Even back in 1971, barely five years after they formed, the Grateful Dead knew the power of their live shows. Their fourth album, Live/Dead, was a concert recording that drastically reworked older songs, included a few new cuts and pretty much turned the concept of the live album on its head.

Following that 1969 record, they released their two best albums in 1970, Workingman's Dead and American Beauty. Then they put out another live album called Grateful Dead, but better known as Skull & Roses in reference to its iconic cover art. It once again didn't play out like your typical souvenir concert recording.

Released on Sept. 24, 1971, Grateful Dead was culled from shows recorded in New York and in the band's hometown of San Francisco in March and April of that year. No songs from Workingman's Dead or American Beauty were included; in fact, the double-LP set was mostly made up of covers and a handful of brand new originals.

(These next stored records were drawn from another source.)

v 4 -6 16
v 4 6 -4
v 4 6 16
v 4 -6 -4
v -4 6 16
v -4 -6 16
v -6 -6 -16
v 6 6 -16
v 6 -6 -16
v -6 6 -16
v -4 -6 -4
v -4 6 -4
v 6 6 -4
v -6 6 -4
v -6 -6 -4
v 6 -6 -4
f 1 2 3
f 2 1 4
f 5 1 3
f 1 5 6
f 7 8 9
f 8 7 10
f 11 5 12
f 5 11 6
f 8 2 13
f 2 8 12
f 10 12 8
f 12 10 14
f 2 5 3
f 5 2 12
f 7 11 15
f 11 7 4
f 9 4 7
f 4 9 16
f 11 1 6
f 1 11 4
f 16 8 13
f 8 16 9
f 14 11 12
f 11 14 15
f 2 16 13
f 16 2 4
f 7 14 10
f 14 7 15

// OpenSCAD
size=32; //block=32 //item=8

cube([size*0.25,size*0.375,size*1],center=true);	//arm
translate([0,0,-size*0.3125]){
cube([size*0.375,size*0.375,size*0.375],center=true);	//hinge
};
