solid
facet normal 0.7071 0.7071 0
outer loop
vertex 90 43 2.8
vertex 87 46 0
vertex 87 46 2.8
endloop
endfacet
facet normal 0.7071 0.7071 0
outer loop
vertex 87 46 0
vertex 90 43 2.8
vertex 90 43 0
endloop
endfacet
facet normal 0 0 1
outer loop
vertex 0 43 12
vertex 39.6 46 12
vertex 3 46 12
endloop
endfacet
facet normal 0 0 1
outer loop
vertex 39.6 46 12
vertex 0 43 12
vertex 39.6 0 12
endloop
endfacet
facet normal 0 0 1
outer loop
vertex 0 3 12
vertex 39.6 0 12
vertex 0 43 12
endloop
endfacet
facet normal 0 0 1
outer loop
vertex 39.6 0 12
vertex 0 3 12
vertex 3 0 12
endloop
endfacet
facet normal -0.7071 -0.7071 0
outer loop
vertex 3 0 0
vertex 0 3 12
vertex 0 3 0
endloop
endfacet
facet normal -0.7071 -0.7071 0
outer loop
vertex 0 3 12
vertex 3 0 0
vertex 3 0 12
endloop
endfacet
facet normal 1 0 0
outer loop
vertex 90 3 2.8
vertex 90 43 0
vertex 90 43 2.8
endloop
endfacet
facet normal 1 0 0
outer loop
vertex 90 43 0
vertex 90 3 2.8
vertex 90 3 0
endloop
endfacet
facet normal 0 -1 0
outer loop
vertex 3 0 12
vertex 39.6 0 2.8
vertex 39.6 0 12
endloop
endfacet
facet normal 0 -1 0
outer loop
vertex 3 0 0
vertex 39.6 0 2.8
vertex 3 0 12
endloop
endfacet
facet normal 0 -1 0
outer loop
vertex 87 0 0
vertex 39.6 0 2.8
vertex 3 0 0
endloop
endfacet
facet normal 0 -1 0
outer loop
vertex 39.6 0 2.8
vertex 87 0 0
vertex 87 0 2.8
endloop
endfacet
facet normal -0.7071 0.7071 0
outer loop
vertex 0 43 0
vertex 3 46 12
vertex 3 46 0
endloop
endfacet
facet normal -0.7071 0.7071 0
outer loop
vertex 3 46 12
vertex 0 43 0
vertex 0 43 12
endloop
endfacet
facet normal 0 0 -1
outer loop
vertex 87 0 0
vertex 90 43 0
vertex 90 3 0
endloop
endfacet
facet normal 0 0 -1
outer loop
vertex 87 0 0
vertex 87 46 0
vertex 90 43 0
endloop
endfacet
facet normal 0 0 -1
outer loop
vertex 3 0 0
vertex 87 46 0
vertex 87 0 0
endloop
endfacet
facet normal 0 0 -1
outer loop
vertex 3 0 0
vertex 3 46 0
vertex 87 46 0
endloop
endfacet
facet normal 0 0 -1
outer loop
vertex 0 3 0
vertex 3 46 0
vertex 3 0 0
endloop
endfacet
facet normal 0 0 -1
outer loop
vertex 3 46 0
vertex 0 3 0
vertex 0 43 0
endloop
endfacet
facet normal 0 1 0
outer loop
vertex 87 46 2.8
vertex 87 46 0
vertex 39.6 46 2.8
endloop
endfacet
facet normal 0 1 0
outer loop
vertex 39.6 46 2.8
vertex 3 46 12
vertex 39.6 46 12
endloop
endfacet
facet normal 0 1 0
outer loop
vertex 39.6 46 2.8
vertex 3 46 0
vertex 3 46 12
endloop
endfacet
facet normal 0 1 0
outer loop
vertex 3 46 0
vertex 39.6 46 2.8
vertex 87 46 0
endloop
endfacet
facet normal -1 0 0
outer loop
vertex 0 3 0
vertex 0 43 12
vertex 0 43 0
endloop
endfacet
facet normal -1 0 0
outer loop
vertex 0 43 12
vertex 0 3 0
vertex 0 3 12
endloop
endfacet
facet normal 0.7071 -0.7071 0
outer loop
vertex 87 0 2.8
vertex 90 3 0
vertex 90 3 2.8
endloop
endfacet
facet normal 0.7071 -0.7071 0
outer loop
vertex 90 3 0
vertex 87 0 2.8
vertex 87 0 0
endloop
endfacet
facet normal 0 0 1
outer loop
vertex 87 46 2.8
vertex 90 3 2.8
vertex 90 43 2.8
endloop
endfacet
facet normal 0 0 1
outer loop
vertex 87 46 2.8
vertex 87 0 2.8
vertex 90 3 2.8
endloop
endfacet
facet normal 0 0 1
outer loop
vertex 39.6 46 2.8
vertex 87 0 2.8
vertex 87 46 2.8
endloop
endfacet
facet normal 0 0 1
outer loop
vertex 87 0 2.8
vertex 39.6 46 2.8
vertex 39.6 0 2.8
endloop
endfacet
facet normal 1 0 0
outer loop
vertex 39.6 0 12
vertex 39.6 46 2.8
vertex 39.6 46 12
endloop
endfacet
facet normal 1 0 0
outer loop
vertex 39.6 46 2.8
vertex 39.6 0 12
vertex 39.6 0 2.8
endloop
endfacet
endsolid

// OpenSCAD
$fn = 32;

// ----------------------------------------------------------------------
// Stepped bar: endstep, 90 x 46 x 12/2.8 mm
// ----------------------------------------------------------------------

// --- parameters (mm) ---
bar_l = 90;               // bar length, X
bar_w = 46;               // bar width, Y
plate_t = 12;             // thickness of the thick zone, Z
thin_t = 2.8;             // thickness of the thin zone
corner_c = 3;             // corner chamfer of the bar
step_cut = 9.2;           // material removed from the thin zone
step_x = 39.6;            // step position from the left end
depth_1 = 9.2;            // depth of cut 1 from the top face
fit_tol = 0.02;           // declared fit tolerance (prompt contract)
free_tol = 0.2;           // declared free tolerance (prompt contract)

profile = [[3, 0], [87, 0], [90, 3], [90, 43], [87, 46], [3, 46], [0, 43], [0, 3]];  // primary outline, 8 points, counter clockwise
void_1 = [[39.6, -1], [91, -1], [91, 47], [39.6, 47]];  // thin zone beyond the step, 4 points

// --- the one profile operation ---
difference() {
  linear_extrude(height = plate_t) polygon(points = profile);
  translate([0, 0, plate_t - depth_1])
    linear_extrude(height = depth_1 + 1) polygon(points = void_1);
}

It's a telling indication of where the band was heading in its career and how aware it already was of its growing reputation in concert halls. The Grateful Dead's studio output dwindled in the coming years, and the quality of those sporadically released studio records sank, too.

By emphasizing their strong points (essentially, most songs took on mythical proportions for the group onstage), and downplaying their increasingly apathetic stance toward the studio (they'd never make a studio album as rich as those two 1970 LPs again) on Skull & Roses, they set up their future in 70 free-form minutes.

The three new songs – "Bertha," "Playing in the Band" and "Wharf Rat" – became familiar parts of the Dead's repertoire. The covers ranged from Merle Haggard's "Mama Tried" to Kris Kristofferson's "Me and Bobby McGee" to Chuck Berry's "Johnny B. Goode." And then there's the nine-minute closing track, a medley of Buddy Holly's "Not Fade Away" and the traditional "Goin' Down the Road Feeling Bad," a live highlight in the Dead canon.

On all these songs, but particularly the "Not Fade Away" medley, the band stirs up a mix of jazzy, soulful improv laced with the post-psychedelic splashes that they pretty much spent the rest of the '70s, '80s and '90s perfecting to a science, often to the detriment of the occasional soul that peaks through here.

Unlike the earlier Live/Dead, Skull & Roses – the band wanted to call the album Skull Fuck, but the record company was having none of that – included some overdubs to heighten vocals and instruments here and there. It all paid off for the Dead, who scored their highest-charting LP at that point (it peaked at No. 25) and their first gold record (earlier releases eventually reached the mark too).

It also set up the next stage of their career, one where touring, and the occasional live album, took precedent over new studio material. It was a risky move on their part, but their legion of fans rarely seemed to mind. Knowing where things turned, they probably preferred it that way.